DATA FOR REVIEW: Begin
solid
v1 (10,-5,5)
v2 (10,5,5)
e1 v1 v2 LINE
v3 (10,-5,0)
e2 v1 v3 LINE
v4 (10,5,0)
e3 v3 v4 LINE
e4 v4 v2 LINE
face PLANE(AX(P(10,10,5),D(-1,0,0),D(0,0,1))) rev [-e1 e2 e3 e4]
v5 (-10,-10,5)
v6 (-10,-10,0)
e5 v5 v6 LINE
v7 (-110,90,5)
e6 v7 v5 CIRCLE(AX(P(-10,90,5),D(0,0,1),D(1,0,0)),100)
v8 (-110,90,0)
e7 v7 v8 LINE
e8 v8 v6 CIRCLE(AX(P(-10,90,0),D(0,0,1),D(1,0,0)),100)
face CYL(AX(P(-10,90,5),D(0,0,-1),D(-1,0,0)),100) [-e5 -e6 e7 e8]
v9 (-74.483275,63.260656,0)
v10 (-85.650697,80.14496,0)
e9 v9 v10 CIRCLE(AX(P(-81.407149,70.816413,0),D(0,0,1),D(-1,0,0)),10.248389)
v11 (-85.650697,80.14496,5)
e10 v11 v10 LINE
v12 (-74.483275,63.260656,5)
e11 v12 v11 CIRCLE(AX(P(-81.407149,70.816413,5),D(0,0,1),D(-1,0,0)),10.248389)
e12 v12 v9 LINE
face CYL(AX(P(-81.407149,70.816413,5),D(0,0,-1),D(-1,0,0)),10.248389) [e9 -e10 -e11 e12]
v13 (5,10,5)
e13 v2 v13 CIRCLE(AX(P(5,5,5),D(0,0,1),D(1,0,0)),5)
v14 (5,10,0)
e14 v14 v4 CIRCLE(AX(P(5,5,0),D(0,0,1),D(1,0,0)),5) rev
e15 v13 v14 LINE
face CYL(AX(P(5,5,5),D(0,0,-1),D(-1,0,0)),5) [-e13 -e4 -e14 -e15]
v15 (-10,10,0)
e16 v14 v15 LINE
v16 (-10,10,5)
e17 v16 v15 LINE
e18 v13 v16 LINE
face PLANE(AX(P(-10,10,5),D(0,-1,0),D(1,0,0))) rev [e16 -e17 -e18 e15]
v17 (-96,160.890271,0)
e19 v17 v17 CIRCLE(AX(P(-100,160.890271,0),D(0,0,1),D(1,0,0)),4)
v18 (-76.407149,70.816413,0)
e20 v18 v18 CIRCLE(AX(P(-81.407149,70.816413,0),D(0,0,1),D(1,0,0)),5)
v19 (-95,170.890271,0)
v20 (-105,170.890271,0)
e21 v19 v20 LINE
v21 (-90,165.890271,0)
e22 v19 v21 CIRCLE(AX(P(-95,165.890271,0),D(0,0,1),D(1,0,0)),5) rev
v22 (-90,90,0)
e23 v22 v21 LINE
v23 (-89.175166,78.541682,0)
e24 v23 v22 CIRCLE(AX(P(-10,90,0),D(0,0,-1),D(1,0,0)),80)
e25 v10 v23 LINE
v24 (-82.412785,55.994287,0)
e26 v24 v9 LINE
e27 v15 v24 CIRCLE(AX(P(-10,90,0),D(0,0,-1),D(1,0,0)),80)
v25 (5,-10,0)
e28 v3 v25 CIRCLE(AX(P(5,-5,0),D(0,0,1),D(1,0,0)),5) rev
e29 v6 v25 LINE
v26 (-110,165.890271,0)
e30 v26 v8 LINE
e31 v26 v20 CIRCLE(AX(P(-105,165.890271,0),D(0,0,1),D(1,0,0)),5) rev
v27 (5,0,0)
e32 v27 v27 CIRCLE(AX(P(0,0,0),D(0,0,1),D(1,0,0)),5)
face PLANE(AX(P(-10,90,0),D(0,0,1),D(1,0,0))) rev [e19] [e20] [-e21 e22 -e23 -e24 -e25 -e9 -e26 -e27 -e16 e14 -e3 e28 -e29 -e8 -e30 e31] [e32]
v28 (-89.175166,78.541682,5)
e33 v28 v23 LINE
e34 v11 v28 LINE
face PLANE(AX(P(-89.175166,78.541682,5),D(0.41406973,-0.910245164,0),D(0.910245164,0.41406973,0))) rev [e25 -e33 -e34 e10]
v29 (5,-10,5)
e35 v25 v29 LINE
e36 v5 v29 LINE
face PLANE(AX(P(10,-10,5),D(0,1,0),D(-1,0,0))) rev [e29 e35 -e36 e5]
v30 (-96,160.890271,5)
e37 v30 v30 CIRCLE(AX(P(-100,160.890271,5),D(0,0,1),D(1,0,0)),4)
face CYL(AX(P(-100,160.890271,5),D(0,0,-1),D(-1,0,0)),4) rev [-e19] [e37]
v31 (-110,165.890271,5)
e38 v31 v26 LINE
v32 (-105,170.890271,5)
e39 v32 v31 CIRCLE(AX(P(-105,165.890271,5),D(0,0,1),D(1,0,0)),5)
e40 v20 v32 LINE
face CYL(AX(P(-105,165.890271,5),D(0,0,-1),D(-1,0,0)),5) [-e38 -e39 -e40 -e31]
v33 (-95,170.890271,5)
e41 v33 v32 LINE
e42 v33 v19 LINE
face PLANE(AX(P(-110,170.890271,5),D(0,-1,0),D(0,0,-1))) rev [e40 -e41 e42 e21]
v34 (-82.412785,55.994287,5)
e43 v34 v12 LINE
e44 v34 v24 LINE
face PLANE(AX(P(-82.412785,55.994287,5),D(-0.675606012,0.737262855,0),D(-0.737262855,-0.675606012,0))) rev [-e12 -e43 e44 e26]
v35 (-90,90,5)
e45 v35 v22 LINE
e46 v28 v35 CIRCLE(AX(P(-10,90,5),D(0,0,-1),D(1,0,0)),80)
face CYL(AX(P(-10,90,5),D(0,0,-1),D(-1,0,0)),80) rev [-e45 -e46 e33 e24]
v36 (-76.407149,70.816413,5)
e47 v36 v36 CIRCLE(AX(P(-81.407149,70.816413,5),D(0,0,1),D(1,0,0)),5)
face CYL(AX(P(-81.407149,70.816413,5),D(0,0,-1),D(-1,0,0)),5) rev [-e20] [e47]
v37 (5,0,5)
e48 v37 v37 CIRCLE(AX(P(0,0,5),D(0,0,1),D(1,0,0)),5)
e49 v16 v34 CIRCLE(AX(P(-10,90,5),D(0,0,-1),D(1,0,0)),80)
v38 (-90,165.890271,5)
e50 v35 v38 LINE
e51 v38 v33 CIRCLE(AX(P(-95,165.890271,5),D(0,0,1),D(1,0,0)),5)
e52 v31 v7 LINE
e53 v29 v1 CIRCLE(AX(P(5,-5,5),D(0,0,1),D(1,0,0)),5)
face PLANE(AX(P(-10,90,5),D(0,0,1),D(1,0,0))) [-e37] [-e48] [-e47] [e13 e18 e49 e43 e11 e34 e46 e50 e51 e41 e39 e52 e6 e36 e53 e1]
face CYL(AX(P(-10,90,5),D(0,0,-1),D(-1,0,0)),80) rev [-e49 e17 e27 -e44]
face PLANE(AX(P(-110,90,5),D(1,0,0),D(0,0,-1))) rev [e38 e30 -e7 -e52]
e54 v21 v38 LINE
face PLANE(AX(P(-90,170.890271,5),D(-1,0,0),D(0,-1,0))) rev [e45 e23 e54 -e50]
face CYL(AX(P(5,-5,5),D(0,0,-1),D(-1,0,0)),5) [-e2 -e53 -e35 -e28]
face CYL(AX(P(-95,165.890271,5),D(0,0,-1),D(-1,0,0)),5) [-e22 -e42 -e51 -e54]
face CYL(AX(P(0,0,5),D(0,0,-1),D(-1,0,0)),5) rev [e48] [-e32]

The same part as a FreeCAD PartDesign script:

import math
import FreeCAD as App
import Part
import Sketcher

V = App.Vector


def edges_at(feature, points):
    """Names of the edges that pass closest to the given points."""
    edges = feature.Shape.Edges
    near = lambda p: min(range(len(edges)), key=lambda i: edges[i].distToShape(Part.Vertex(*p))[0])
    return sorted({f"Edge{near(p) + 1}" for p in points})

doc = App.newDocument("Part")
params = doc.addObject("Spreadsheet::Sheet", "Params")
for row, (alias, value) in enumerate([
    ("sketch1_diameter", "10 mm"),
    ("sketch1_diameter2", "8 mm"),
    ("sketch1_radius", "80 mm"),
    ("sketch1_radius2", "100 mm"),
    ("pad1_length", "5 mm"),
    ("fillet_radius", "5 mm"),
], start=1):
    params.set(f"A{row}", alias)
    params.set(f"B{row}", "=" + value)
    params.setAlias(f"B{row}", alias)

body = doc.addObject("PartDesign::Body", "Body")

# Sketch on XY plane
sketch1 = body.newObject("Sketcher::SketchObject", "Sketch")
sketch1.AttachmentSupport = (doc.getObject("XY_Plane"), [""])
sketch1.MapMode = "FlatFace"
sketch1.addGeometry(Part.LineSegment(V(10, 10, 0), V(-10, 10, 0)), False)
sketch1.addGeometry(Part.ArcOfCircle(Part.Circle(V(-10, 90, 0), V(0, 0, 1), 80), math.radians(-154.844816), math.radians(-90)), False)
sketch1.addGeometry(Part.LineSegment(V(-82.412785, 55.994287, 0), V(-74.483275, 63.260656, 0)), False)
sketch1.addGeometry(Part.ArcOfCircle(Part.Circle(V(-81.407149, 70.816413, 0), V(0, 0, 1), 10.248389), math.radians(-47.498772), math.radians(114.460747)), False)
sketch1.addGeometry(Part.LineSegment(V(-85.650697, 80.14496, 0), V(-89.175166, 78.541682, 0)), False)
sketch1.addGeometry(Part.ArcOfCircle(Part.Circle(V(-10, 90, 0), V(0, 0, 1), 80), math.radians(180), math.radians(188.234737)), False)
sketch1.addGeometry(Part.LineSegment(V(-90, 90, 0), V(-90, 170.890271, 0)), False)
sketch1.addGeometry(Part.LineSegment(V(-90, 170.890271, 0), V(-110, 170.890271, 0)), False)
sketch1.addGeometry(Part.LineSegment(V(-110, 170.890271, 0), V(-110, 90, 0)), False)
sketch1.addGeometry(Part.ArcOfCircle(Part.Circle(V(-10, 90, 0), V(0, 0, 1), 100), math.radians(180), math.radians(270)), False)
sketch1.addGeometry(Part.LineSegment(V(-10, -10, 0), V(10, -10, 0)), False)
sketch1.addGeometry(Part.LineSegment(V(10, -10, 0), V(10, 10, 0)), False)
sketch1.addGeometry(Part.Circle(V(0, 0, 0), V(0, 0, 1), 5), False)
sketch1.addGeometry(Part.Circle(V(-81.407149, 70.816413, 0), V(0, 0, 1), 5), False)
sketch1.addGeometry(Part.Circle(V(-100, 160.890271, 0), V(0, 0, 1), 4), False)
sketch1.addConstraint(Sketcher.Constraint("Tangent", 0, 2, 1, 2))
sketch1.addConstraint(Sketcher.Constraint("Coincident", 1, 1, 2, 1))
sketch1.addConstraint(Sketcher.Constraint("Tangent", 2, 2, 3, 1))
sketch1.addConstraint(Sketcher.Constraint("Tangent", 3, 2, 4, 1))
sketch1.addConstraint(Sketcher.Constraint("Coincident", 4, 2, 5, 2))
sketch1.addConstraint(Sketcher.Constraint("Tangent", 5, 1, 6, 1))
sketch1.addConstraint(Sketcher.Constraint("Coincident", 6, 2, 7, 1))
sketch1.addConstraint(Sketcher.Constraint("Coincident", 7, 2, 8, 1))
sketch1.addConstraint(Sketcher.Constraint("Tangent", 8, 2, 9, 1))
sketch1.addConstraint(Sketcher.Constraint("Tangent", 9, 2, 10, 1))
sketch1.addConstraint(Sketcher.Constraint("Coincident", 10, 2, 11, 1))
sketch1.addConstraint(Sketcher.Constraint("Coincident", 11, 2, 0, 1))
sketch1.addConstraint(Sketcher.Constraint("Horizontal", 0))
sketch1.addConstraint(Sketcher.Constraint("Vertical", 6))
sketch1.addConstraint(Sketcher.Constraint("Horizontal", 7))
sketch1.addConstraint(Sketcher.Constraint("Vertical", 8))
sketch1.addConstraint(Sketcher.Constraint("Horizontal", 10))
sketch1.addConstraint(Sketcher.Constraint("Vertical", 11))
sketch1.addConstraint(Sketcher.Constraint("Coincident", 12, 3, -1, 1))
sketch1.addConstraint(Sketcher.Constraint("Coincident", 5, 3, 1, 3))
sketch1.addConstraint(Sketcher.Constraint("Coincident", 9, 3, 1, 3))
sketch1.addConstraint(Sketcher.Constraint("Coincident", 13, 3, 3, 3))
sketch1.addConstraint(Sketcher.Constraint("Equal", 1, 5))
sketch1.addConstraint(Sketcher.Constraint("Equal", 12, 13))
sketch1.addConstraint(Sketcher.Constraint("Symmetric", 0, 2, 10, 2, -1, 1))
sketch1.addConstraint(Sketcher.Constraint("Equal", 0, 7))
sketch1.addConstraint(Sketcher.Constraint("Diameter", 12, 10.0))
sketch1.addConstraint(Sketcher.Constraint("Diameter", 14, 8.0))
sketch1.addConstraint(Sketcher.Constraint("Radius", 1, 80.0))
sketch1.addConstraint(Sketcher.Constraint("Radius", 9, 100.0))
sketch1.addConstraint(Sketcher.Constraint("DistanceX", 14, 3, -1, 1, 100.0))
sketch1.addConstraint(Sketcher.Constraint("DistanceY", 14, 3, 6, 2, 10.0))
sketch1.addConstraint(Sketcher.Constraint("Radius", 3, 10.248389))
sketch1.addConstraint(Sketcher.Constraint("Distance", 4, 3.872))
sketch1.addConstraint(Sketcher.Constraint("DistanceY", 6, 1, 6, 2, 80.890271))
sketch1.addConstraint(Sketcher.Constraint("DistanceX", 3, 3, -1, 1, 81.407149))
sketch1.addConstraint(Sketcher.Constraint("DistanceY", -1, 1, 3, 2, 80.14496))
sketch1.addConstraint(Sketcher.Constraint("DistanceX", 1, 1, 2, 2, 7.92951))
sketch1.setExpression("Constraints[26]", "Params.sketch1_diameter")
sketch1.setExpression("Constraints[27]", "Params.sketch1_diameter2")
sketch1.setExpression("Constraints[28]", "Params.sketch1_radius")
sketch1.setExpression("Constraints[29]", "Params.sketch1_radius2")
pad1 = body.newObject("PartDesign::Pad", "Pad")
pad1.Profile = sketch1
pad1.setExpression("Length", "Params.pad1_length")
doc.recompute()

fillet = body.newObject("PartDesign::Fillet", "Fillet")
fillet.Base = (pad1, edges_at(pad1, [
    (10, -10, 2.5),
    (-110, 170.89, 2.5),
    (-90, 170.89, 2.5),
    (10, 10, 2.5),
]))
fillet.setExpression("Radius", "Params.fillet_radius")

doc.recompute()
DATA FOR REVIEW: End
▶ WORK TO COMPLETE
Start at the first line of the entries and stop at the line that contains "v8 (-110,90,0)". Repeat every line in that span exactly, and nothing beyond it.

▶ EXERCISE ANSWER
solid
v1 (10,-5,5)
v2 (10,5,5)
e1 v1 v2 LINE
v3 (10,-5,0)
e2 v1 v3 LINE
v4 (10,5,0)
e3 v3 v4 LINE
e4 v4 v2 LINE
face PLANE(AX(P(10,10,5),D(-1,0,0),D(0,0,1))) rev [-e1 e2 e3 e4]
v5 (-10,-10,5)
v6 (-10,-10,0)
e5 v5 v6 LINE
v7 (-110,90,5)
e6 v7 v5 CIRCLE(AX(P(-10,90,5),D(0,0,1),D(1,0,0)),100)
v8 (-110,90,0)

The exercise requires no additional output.